Its true though that all of the designs share some characteristics...one stage to get you off the gorund, one to get you into orbit. Obviously this isn't by accident...the physics of the problem and materials/fuel presently available must dictate this design.

Don't mix passengers and freight

[Richard+Kirk]

Who remembers the Rolls-Royce HOTOL proposal? It must be over 25 years ago now. It was to be a reuseable airbreathing horizontal take-off thing. It looked like an aircraft, but it had no crew, and it was aimed at the space bulk freight market. This would have saved a bunch on all the life support and pressurization stuff for the early models. If it had been found reliable after, say, 50 flights, then there was the option to add and extend a pressurized cabin, toilets, lemon-scented towels in individual sachets, and other comforts.

Okay, Britian has a long history of telling people what they ought to have built without actually putting very much together themselves. But it still strikes me as the right solution.

Laser launchers.

[Christopher+Thomas]

Ground based lasers will always be subject to thermal blooming due to atmospheric attenuation.

Interesting. Is this caused by the lasers or just natural artifacts of the atmosphere? Incidentally power is the cheap bit in the equation, and you need less of it delivered at altitude due to g-limiting anyway; so it may not matter.

Atmospheric. You have two effects happening. One is that minute particles in the atmosphere scatter the laser beam. This is unavoidable, and causes exponential attenuation over long distances. The second is that the atmosphere absorbs some of the light you're sending, and heats up. This causes optical mayhem that defocuses the beam.

Compounding the problem is the fact that you'll have to fire through a *lot* of atmosphere.

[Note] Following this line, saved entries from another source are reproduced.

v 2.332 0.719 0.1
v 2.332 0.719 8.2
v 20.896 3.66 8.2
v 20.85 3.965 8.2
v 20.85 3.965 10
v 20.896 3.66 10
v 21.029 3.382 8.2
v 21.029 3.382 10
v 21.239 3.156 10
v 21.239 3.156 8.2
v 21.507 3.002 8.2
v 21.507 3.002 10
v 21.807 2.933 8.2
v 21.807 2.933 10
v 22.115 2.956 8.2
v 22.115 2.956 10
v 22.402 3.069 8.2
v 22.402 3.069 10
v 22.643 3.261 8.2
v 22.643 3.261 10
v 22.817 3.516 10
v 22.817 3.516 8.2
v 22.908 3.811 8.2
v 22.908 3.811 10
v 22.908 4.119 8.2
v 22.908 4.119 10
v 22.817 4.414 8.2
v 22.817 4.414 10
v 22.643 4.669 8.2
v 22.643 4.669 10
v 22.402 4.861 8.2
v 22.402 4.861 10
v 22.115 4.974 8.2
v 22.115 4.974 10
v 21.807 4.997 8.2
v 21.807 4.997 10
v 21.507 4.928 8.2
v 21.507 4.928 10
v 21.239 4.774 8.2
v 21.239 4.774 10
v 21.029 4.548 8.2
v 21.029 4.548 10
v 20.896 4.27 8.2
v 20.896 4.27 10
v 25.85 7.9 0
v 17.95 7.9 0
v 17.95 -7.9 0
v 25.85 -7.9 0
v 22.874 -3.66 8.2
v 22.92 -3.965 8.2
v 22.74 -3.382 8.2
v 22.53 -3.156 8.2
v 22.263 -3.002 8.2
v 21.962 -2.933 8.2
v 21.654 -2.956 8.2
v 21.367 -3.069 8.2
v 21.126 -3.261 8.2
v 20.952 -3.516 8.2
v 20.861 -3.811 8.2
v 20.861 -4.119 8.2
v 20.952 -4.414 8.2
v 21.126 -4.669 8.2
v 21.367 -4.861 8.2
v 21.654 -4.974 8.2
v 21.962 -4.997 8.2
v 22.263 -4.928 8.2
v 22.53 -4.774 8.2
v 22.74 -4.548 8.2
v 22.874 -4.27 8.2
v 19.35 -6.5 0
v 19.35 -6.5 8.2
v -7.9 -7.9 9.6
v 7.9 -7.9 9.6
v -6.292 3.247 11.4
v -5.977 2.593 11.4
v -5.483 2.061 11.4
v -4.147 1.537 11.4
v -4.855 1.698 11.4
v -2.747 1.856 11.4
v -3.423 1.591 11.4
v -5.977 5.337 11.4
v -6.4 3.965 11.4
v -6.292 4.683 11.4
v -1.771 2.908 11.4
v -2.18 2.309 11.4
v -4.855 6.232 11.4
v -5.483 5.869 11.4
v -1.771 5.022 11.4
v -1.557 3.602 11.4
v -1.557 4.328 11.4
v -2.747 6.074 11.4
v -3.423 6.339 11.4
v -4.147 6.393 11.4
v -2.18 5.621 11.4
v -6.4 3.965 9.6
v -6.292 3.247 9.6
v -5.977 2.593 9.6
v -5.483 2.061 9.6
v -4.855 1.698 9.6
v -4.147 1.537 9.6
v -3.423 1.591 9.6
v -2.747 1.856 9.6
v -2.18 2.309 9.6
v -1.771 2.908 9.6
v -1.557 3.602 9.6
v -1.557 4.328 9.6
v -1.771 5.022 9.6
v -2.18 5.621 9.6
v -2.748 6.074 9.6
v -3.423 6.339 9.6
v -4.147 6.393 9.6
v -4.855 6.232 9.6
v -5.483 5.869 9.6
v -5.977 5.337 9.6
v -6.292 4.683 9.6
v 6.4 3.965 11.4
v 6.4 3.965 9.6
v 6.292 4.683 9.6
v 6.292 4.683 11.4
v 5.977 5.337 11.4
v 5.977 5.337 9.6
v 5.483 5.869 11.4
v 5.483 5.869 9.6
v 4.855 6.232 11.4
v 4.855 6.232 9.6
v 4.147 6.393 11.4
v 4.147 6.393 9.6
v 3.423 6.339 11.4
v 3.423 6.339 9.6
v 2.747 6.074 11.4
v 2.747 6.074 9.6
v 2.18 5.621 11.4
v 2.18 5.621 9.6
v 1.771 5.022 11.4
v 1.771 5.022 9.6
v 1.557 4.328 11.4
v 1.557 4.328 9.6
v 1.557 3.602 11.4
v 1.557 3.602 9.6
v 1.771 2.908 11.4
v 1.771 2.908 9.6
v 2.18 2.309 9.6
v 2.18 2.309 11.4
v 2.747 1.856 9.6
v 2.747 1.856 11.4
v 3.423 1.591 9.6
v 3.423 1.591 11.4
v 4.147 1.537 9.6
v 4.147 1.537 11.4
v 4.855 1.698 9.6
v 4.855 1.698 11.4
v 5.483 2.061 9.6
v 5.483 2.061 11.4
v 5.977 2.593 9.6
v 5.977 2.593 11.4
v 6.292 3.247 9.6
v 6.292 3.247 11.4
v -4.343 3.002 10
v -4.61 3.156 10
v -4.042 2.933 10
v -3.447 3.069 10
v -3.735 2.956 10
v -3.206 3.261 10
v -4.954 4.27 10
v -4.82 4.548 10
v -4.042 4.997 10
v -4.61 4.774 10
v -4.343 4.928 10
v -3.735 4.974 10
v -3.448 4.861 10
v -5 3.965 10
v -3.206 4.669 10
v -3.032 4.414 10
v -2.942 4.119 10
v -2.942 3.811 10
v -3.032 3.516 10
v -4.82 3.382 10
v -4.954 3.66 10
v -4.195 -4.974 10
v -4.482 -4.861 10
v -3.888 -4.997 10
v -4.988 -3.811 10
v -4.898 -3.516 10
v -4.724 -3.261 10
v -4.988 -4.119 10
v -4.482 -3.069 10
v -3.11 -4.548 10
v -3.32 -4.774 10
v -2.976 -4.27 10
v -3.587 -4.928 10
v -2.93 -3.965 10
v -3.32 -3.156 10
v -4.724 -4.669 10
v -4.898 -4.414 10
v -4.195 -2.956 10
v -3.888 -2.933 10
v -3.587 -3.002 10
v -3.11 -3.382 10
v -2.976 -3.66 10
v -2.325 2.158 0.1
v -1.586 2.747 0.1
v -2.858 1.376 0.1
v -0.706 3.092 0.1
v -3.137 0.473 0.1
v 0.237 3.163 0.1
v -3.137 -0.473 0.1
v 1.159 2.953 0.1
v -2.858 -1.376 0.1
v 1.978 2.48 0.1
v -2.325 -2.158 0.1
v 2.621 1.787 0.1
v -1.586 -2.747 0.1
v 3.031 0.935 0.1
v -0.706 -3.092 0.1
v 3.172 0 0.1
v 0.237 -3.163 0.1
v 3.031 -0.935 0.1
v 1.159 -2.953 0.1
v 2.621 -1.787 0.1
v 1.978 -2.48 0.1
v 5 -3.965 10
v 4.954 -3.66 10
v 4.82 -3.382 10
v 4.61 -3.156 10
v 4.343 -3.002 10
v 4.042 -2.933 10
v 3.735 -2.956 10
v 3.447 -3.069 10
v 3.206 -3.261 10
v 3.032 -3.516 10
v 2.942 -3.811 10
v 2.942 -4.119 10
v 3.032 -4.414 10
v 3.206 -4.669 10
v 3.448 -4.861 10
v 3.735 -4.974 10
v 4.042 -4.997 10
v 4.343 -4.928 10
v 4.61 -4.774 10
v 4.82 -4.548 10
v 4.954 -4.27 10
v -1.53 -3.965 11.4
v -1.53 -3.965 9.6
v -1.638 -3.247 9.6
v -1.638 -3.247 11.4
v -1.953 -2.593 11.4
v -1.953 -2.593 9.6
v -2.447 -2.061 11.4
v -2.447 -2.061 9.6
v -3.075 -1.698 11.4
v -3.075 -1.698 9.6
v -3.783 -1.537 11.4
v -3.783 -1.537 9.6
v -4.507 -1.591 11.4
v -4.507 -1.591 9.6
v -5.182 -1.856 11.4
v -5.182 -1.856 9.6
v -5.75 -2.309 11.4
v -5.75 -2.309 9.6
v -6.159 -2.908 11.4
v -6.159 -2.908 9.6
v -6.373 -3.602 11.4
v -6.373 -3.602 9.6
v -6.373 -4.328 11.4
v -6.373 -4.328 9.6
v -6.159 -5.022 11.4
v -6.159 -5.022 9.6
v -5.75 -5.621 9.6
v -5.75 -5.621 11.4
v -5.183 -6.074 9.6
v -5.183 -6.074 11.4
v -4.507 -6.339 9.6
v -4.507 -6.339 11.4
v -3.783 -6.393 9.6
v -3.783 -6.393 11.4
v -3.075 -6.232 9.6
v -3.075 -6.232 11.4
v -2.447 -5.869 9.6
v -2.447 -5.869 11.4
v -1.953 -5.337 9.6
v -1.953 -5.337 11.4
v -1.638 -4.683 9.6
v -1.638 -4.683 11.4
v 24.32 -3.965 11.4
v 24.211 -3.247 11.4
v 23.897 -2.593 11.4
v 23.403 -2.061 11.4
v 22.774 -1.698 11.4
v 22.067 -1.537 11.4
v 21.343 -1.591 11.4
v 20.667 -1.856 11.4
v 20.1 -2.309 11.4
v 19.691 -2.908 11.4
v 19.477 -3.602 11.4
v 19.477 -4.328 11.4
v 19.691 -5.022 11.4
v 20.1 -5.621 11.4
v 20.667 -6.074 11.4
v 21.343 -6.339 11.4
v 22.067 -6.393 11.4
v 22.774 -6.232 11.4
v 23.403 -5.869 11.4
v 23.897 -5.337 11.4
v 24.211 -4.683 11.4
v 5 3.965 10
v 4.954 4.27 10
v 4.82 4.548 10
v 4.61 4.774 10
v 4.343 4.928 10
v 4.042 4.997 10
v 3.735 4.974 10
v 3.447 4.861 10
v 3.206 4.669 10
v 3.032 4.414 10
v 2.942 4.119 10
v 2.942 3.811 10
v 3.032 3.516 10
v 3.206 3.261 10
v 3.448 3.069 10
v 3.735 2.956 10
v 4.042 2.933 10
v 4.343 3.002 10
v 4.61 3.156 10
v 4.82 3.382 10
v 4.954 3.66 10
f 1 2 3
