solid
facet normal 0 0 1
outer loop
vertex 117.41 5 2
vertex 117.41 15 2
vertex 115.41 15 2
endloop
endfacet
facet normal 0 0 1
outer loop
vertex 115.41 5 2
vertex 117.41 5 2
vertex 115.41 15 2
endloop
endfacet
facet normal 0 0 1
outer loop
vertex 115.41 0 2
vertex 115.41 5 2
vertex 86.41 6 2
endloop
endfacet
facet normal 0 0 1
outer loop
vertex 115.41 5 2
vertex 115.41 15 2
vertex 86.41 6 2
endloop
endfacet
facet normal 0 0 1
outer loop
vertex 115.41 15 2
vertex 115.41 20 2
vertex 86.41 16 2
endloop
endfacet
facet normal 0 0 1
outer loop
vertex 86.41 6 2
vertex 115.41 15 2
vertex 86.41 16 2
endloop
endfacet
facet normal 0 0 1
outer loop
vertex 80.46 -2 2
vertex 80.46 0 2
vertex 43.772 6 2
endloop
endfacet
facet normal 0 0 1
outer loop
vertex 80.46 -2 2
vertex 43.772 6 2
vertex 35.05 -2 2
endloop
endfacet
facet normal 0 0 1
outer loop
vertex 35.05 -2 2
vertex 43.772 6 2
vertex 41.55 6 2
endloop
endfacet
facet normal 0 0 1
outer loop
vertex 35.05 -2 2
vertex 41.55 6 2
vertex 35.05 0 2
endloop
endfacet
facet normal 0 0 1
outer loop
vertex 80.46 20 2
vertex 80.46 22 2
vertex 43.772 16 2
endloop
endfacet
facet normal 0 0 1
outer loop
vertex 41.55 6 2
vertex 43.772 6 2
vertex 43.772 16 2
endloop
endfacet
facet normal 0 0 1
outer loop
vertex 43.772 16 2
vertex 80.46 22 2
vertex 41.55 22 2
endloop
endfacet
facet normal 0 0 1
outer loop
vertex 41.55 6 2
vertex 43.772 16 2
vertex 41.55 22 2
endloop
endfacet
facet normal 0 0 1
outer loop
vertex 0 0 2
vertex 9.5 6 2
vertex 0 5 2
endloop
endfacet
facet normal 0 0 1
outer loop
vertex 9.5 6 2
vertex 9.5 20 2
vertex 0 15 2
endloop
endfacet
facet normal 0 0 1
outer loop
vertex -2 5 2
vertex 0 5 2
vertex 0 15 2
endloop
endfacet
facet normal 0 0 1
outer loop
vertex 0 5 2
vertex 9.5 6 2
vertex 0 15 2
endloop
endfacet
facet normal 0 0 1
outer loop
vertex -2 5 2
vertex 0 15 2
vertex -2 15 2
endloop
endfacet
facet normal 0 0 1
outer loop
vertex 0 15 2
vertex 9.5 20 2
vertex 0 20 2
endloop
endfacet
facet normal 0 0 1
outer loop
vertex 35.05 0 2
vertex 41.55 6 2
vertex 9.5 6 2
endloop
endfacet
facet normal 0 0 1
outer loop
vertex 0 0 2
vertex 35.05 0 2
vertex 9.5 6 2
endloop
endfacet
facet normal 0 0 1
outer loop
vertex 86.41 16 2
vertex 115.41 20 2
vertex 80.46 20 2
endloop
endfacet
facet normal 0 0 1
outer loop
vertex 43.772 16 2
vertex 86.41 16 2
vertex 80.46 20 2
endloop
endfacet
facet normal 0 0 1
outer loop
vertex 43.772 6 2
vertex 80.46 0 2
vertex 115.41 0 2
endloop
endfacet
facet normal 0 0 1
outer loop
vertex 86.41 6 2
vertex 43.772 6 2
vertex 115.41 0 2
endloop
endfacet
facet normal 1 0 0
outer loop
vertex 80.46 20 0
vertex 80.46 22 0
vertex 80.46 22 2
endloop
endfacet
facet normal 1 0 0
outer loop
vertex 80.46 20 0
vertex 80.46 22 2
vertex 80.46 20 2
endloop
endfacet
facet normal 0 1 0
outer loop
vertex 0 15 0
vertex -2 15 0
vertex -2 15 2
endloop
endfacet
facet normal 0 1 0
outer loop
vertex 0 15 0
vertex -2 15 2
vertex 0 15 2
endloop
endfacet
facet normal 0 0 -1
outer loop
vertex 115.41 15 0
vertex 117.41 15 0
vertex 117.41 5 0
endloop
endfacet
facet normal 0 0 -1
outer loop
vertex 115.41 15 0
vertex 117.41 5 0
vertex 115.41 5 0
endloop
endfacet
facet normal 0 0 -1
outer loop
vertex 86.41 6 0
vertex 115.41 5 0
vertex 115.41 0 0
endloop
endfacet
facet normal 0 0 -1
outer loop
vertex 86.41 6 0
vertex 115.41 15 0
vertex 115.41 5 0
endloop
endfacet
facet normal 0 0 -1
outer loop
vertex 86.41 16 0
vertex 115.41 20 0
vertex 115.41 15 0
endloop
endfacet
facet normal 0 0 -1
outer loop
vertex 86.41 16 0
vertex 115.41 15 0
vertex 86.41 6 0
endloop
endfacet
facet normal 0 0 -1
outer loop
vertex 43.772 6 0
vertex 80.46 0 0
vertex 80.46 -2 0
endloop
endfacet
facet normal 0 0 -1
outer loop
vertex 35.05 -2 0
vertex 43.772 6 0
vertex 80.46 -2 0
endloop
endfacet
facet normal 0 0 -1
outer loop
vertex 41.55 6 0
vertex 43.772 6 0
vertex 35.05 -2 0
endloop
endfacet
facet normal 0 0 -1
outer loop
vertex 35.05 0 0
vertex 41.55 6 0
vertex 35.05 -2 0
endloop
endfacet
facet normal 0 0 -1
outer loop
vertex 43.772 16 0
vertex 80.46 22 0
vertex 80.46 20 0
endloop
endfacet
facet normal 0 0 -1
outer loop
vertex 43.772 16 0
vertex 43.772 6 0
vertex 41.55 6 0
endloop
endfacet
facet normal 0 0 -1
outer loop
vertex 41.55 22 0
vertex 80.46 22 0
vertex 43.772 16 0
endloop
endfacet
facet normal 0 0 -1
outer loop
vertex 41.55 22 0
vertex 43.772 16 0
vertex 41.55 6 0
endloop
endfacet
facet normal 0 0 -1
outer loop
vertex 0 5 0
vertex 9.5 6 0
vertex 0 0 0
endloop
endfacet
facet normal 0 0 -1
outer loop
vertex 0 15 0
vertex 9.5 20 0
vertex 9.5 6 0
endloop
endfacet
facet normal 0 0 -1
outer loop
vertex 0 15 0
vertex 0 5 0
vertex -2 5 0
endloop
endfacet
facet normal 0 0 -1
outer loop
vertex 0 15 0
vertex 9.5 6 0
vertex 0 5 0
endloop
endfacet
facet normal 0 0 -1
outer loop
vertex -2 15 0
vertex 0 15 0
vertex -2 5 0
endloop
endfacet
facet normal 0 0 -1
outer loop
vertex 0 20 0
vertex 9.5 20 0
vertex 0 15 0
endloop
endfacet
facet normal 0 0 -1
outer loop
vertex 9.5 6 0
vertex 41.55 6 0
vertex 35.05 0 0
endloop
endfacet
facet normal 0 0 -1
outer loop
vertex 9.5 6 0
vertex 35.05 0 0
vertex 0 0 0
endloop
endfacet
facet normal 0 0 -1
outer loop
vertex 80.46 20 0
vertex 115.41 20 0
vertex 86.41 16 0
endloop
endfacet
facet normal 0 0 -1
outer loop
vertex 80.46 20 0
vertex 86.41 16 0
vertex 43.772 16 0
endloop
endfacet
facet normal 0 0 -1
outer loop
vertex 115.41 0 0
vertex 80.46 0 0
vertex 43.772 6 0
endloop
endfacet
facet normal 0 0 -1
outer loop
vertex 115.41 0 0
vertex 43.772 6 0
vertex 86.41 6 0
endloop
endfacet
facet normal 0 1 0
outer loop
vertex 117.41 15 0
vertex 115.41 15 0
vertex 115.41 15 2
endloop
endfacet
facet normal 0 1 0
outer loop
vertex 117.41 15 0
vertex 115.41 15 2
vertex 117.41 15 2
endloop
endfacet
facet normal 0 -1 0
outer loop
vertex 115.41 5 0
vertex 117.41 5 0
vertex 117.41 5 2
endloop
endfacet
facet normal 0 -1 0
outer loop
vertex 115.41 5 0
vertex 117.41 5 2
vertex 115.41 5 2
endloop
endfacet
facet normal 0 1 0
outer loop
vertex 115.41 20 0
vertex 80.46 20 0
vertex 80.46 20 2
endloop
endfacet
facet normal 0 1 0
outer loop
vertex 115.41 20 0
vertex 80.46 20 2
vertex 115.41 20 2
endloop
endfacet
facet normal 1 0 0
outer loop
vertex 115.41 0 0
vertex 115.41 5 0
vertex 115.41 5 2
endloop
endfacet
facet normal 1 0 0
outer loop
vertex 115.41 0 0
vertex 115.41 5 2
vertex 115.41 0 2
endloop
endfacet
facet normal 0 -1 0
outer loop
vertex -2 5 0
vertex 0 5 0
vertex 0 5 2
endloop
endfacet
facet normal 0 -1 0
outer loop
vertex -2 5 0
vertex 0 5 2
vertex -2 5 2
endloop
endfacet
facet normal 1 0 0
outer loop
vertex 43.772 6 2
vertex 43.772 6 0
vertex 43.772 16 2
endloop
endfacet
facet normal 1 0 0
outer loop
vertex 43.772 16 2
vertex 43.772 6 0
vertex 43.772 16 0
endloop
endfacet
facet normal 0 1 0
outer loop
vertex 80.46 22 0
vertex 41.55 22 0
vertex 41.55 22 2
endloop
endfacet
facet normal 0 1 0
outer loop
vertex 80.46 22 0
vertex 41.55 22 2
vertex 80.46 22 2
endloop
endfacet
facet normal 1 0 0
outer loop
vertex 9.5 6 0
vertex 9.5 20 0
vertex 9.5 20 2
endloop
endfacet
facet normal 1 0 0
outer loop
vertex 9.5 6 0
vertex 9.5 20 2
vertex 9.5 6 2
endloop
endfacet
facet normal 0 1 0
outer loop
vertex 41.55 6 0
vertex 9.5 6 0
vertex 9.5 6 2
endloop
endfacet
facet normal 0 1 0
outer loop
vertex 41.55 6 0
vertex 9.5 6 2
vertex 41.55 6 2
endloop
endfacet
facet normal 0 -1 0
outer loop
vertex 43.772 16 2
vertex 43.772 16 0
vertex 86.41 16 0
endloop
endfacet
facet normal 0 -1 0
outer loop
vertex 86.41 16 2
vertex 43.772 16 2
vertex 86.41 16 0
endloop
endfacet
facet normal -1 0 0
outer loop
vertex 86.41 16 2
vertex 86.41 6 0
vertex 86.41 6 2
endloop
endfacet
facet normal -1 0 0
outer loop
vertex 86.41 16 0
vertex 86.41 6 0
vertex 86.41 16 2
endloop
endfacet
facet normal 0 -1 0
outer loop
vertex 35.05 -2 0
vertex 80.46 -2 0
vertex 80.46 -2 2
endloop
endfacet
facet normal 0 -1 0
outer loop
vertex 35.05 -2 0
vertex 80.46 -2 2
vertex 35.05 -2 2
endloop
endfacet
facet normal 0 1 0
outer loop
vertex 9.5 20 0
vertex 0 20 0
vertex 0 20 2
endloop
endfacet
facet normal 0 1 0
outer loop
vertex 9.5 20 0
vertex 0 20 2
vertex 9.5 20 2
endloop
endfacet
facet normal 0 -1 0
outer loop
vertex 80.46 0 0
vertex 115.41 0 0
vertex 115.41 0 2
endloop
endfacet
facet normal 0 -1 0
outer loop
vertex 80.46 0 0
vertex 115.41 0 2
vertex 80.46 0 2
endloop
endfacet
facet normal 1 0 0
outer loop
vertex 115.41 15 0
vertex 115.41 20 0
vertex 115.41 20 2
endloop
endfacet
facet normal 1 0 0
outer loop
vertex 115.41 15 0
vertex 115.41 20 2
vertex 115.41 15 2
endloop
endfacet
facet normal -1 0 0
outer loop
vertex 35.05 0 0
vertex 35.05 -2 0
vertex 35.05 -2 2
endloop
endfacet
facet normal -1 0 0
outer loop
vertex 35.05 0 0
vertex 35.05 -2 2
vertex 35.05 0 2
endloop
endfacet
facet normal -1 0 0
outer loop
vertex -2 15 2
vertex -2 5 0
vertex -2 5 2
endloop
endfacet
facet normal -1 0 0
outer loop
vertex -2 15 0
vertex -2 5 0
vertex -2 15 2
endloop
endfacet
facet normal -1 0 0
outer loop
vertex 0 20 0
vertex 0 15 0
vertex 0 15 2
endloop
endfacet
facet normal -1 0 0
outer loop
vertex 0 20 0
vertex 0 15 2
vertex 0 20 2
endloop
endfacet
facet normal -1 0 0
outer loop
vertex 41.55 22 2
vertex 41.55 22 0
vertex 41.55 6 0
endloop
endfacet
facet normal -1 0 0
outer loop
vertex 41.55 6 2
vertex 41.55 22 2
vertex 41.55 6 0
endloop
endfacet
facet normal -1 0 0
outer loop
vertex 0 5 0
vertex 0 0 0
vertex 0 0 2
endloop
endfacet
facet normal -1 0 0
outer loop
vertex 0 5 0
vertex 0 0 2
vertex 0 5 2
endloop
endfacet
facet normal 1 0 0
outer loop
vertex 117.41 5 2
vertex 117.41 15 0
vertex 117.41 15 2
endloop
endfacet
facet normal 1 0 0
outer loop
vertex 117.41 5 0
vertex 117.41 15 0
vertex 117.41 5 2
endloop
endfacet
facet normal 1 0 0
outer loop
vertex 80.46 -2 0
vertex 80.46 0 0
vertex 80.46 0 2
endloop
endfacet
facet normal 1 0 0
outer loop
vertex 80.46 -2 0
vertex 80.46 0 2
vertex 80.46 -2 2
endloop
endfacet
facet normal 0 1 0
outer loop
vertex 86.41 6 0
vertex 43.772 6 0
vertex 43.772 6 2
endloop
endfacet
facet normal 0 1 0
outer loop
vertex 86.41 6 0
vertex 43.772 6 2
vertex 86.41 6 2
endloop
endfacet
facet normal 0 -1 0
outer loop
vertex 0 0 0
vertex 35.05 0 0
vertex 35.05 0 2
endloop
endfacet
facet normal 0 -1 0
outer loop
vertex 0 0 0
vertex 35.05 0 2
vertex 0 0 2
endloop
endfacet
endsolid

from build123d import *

# Parameters (mm, degrees)
SKETCH1_W           = 42.637682839
SKETCH1_H           = 10
BOSS_EXTRUDE1_DEPTH = 2


with BuildPart() as part:
    # Sketch1 → Boss-Extrude1 (new body)
    with BuildSketch(Plane.XY):
        Polygon((0, 20), (9.5, 20), (9.5, 5.999528404), (41.549837727, 5.999528404), (41.549837727, 20), (41.549837727, 22), (80.459837727, 22), (80.459837727, 20), (115.41, 20), (115.41, 15), (117.41, 15), (117.41, 5), (115.41, 5), (115.41, 0), (80.459837727, 0), (80.459837727, -2.000471596), (35.049837727, -2.000471596), (35.049837727, 0), (0, 0), (0, 5), (-2, 5), (-2, 15), (0, 15), align=None)
        with Locations((65.091158581, 11)):
            Rectangle(SKETCH1_W, SKETCH1_H, mode=Mode.SUBTRACT)
    extrude(amount=BOSS_EXTRUDE1_DEPTH)


solid = part.part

Your craft needs most of its velocity to be tangential, and you want as long an acceleration path as you can get away with to keep the acceleration to something that a) you can provide and b) won't damage your cargo. This means a grazing path through the atmosphere, which means your lasers will be firing through hundreds or possibly thousands of kilometres of air (i.e. as far as you can manage).

The only practical scheme I can think of for very long distances is to have multiple stations along the flight path and to fire a converging beam, so that heating problems are only significant for the last little part of the beam path.

On a couple of other points: You'll be using a laser array, not a single laser, so the cost will be directly proportional to the power required. More power means more cost.

Also, I have doubts about a heat-exchanger system working. Throughput tends to be low compared to the power flow required to get high ISP, and a heat exchanger means a heavier craft. The most practical craft design I've seen suggested, which has flown in small-scale tests, has the bottom of the craft being a curved mirror with a central projection. The laser is focused by the mirror and heats air immediately below the central projection, which is shaped to force the air to move away from the craft.

Laser launchers are a neat idea, and avoid the problem of carrying most of your reaction mass when set up in jet mode, but there are formidable engineering problems to overcome before they're practical.